Bangka Mbule-mbule

Bangka Mbule-mbule adalah tradisi tahunan berupa melarung sesajen ke laut yang diarak oleh perahu-perahu nelayan dan berasal dari kabupaten Wakatobi. Tradisi ini awalnya bertujuan sebagai ungkapan rasa syukur usai panen jagung, namun sekarang ritual ini bermaksan sebagai tradisi tolak bala, kesialan atau kutukan yang disebabkan roh jahat yang ditandai dengan menghanyutkan perahu ke laut di ujung perjalanan ritual.[1]

Sesajen yang dilarung berupa sejumlah hasil bumi seperti jagung, ubi, telur,[1] daun sirih, pinang [2] dan orang-orangan berjumlah dua buah sebagai simbol roh jahat yang sebelumnya telah diarak keliling kampung.[3]

Sesajen yang dilarung adalah harapan permohonan kepada penguasa alam laut agar memberikan rejeki pada nelayan saat melaut sekaligus menjauhkan dari marabahaya ganasnya gelombang laut perairan laut Wakatobi.[2]

Sejarah sunting

Masyarakat mempercayai bahwa terdapat roh-roh jahat yang dapat mencelakakan manusia dan untuk menghindari hal tersebut perlu diadakan sebuah acara adat yang dapat memberikan suasana damai dan tenang. Sehingga diadakanlah tradisi Bangka Mbule-mbule yang biasanya dilaksanakan pada bulan ke-7 pada saat masyarakat panen padi.

Pemilihan bulan ke-7 tersebut juga dikarenakan masyarakat dan tokoh adat (Syara) sekitar percaya bahwa pada bulan tersebut adalah waktu yang baik dalam memberi sedekah kepada alam dan roh-roh yang yang menggangggu masyarakat sekitar.

Awalnya tradisi Bangka Mbule-mbule merupakan ritual tradisional masyarakat Mandati Selatan, kecamatan Wangi-Wangi, yang dilakukan sekali dalam setahun atau dalam empat tahun sekali jika ada bencana alam, gagal panen, ketidakstabilan, dan gangguan lain.[4] Tradisi ini akan dilakukan apabila sedang musim paceklik ikan dan kondisi cuaca buruk di laut sehingga nelayan penangkap ikan tidak bisa melaut.[2]
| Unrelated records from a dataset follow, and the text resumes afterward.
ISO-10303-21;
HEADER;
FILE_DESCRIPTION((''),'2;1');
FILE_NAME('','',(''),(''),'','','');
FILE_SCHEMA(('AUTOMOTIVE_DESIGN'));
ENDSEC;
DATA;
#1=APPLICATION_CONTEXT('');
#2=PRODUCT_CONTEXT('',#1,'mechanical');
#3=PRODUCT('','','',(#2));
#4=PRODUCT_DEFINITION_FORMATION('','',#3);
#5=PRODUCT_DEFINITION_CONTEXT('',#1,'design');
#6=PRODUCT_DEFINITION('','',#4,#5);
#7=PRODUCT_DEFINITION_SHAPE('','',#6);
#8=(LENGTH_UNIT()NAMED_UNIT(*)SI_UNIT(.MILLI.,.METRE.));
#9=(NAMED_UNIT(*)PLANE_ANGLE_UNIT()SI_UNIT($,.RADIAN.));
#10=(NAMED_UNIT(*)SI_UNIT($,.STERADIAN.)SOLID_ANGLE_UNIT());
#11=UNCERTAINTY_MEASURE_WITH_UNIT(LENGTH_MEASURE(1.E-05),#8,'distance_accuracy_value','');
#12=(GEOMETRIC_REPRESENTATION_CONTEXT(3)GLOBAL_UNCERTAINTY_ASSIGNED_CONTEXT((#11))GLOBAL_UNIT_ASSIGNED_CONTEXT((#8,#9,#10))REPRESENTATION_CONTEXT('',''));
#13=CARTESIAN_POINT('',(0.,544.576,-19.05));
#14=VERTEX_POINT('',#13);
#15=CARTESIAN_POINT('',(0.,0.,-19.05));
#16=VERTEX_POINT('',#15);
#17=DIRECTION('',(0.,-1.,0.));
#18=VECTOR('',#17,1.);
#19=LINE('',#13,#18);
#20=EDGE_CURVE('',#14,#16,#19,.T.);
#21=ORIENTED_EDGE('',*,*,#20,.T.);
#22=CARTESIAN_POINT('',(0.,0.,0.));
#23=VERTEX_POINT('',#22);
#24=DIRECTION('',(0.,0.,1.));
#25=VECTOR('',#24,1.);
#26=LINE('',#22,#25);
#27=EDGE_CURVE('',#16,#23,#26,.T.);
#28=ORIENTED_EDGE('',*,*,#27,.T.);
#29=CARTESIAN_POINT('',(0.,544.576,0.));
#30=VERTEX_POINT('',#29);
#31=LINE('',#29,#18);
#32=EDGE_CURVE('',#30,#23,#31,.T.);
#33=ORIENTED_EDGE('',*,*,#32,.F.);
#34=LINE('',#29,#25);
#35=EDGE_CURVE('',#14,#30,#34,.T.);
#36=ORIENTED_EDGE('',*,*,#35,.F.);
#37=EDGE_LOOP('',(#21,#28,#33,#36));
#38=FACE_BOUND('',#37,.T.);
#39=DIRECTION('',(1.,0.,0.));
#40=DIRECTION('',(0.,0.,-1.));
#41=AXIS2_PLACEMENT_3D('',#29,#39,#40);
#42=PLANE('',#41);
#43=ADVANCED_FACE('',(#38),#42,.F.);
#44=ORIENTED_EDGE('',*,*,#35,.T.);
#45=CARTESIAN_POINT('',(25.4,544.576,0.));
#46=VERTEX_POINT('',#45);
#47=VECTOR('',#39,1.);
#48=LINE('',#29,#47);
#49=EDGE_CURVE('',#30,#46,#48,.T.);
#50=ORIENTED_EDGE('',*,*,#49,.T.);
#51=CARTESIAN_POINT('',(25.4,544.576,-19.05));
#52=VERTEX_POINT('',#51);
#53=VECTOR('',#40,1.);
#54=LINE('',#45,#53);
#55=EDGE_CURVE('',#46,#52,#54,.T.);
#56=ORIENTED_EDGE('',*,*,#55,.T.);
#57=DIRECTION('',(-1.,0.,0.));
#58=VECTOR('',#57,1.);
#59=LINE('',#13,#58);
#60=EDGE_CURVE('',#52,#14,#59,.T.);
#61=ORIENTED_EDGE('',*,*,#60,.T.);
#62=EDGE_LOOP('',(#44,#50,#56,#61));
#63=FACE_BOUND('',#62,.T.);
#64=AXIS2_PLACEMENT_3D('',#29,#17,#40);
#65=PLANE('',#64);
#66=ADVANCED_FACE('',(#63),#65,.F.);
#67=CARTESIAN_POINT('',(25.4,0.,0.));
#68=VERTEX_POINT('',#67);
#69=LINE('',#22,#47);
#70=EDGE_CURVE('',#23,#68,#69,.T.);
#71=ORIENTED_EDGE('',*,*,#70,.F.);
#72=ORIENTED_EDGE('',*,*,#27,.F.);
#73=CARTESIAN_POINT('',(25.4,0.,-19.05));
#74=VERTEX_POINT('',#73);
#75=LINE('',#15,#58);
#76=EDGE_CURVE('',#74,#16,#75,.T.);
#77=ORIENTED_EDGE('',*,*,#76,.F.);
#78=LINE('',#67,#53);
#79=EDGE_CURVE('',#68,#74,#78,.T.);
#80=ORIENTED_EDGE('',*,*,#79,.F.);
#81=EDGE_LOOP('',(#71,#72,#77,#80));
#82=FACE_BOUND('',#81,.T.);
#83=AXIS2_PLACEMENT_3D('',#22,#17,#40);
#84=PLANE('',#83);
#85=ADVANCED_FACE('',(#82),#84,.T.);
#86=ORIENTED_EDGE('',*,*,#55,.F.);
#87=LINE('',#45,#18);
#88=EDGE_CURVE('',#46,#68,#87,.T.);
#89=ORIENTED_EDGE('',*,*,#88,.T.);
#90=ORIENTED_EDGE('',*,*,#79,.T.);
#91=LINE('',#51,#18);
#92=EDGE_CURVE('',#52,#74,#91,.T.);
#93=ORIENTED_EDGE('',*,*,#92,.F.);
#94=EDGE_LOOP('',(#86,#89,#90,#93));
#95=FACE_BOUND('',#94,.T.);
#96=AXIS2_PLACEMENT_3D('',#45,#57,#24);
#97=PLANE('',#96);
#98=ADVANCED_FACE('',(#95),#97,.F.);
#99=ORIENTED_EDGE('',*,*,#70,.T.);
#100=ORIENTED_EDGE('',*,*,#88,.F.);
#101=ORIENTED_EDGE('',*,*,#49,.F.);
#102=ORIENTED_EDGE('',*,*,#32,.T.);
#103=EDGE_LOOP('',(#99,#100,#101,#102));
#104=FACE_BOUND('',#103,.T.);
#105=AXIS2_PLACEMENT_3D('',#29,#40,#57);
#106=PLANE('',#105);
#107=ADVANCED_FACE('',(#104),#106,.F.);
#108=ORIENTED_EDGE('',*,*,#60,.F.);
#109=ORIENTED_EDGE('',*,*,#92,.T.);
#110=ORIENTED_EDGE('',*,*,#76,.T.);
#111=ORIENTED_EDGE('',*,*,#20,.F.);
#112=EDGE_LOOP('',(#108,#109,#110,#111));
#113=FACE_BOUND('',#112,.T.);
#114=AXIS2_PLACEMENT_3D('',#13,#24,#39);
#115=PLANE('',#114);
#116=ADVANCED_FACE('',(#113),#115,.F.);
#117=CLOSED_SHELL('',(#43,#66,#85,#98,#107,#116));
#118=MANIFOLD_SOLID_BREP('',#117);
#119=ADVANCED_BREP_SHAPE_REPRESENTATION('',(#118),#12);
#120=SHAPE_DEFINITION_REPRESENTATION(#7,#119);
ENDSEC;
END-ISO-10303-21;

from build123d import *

# Parameters (mm, degrees)
SKETCH1_W           = 25.4
SKETCH1_H           = 19.05
BOSS_EXTRUDE1_DEPTH = 544.576


with BuildPart() as part:
    # Sketch1 → Boss-Extrude1 (new body)
    with BuildSketch(Plane(origin=(0, 0, 0), x_dir=(1, 0, 0), z_dir=(0, 1, 0))):
        with Locations((12.7, 9.525)):
            Rectangle(SKETCH1_W, SKETCH1_H)
    extrude(amount=BOSS_EXTRUDE1_DEPTH)


solid = part.part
Selain itu juga dikarenakan masalah seperti musim kemarau panjang, te koranga mbea’e o hoto nei (gagal panen), o hama’o na bha’ehembulata ikoranga (banyaknya panen terserang hama) dan kelelei (ternak sering mati), maka Bangka mbule-mbule berfungsi sebagai media ritual yang bisa menghubungkan antara manusia dengan te onitu mbeaka iita (mahkluk halus) agar untuk tidak mengganggu kehidupan masyarakat yang ada di desa Mandati.

Prosesi sunting

Untuk menentukan waktu pelaksanaan maka diadakan musyawarah yang dilakukan oleh tokoh adat yang ada di desa Mandati. Adapun hal yang diputuskan adalah waktu kegiatan, hari keberapa pihak adat dan masyarakat akan bersama-sama ke hutan untuk mencari kayu yang akan dijadikan sebagai sampan/perahu dalam ritual itu (Koli-kolino) dan proses untuk membawa/menghanyutkan Bangka Mbule-mbule itu ke laut. Setelah sepakat maka tokoh adat akan menginformasikan kepada masyarakat tentang kapan waktu dari Bangka Mbule-mbule itu akan dilaksanakan.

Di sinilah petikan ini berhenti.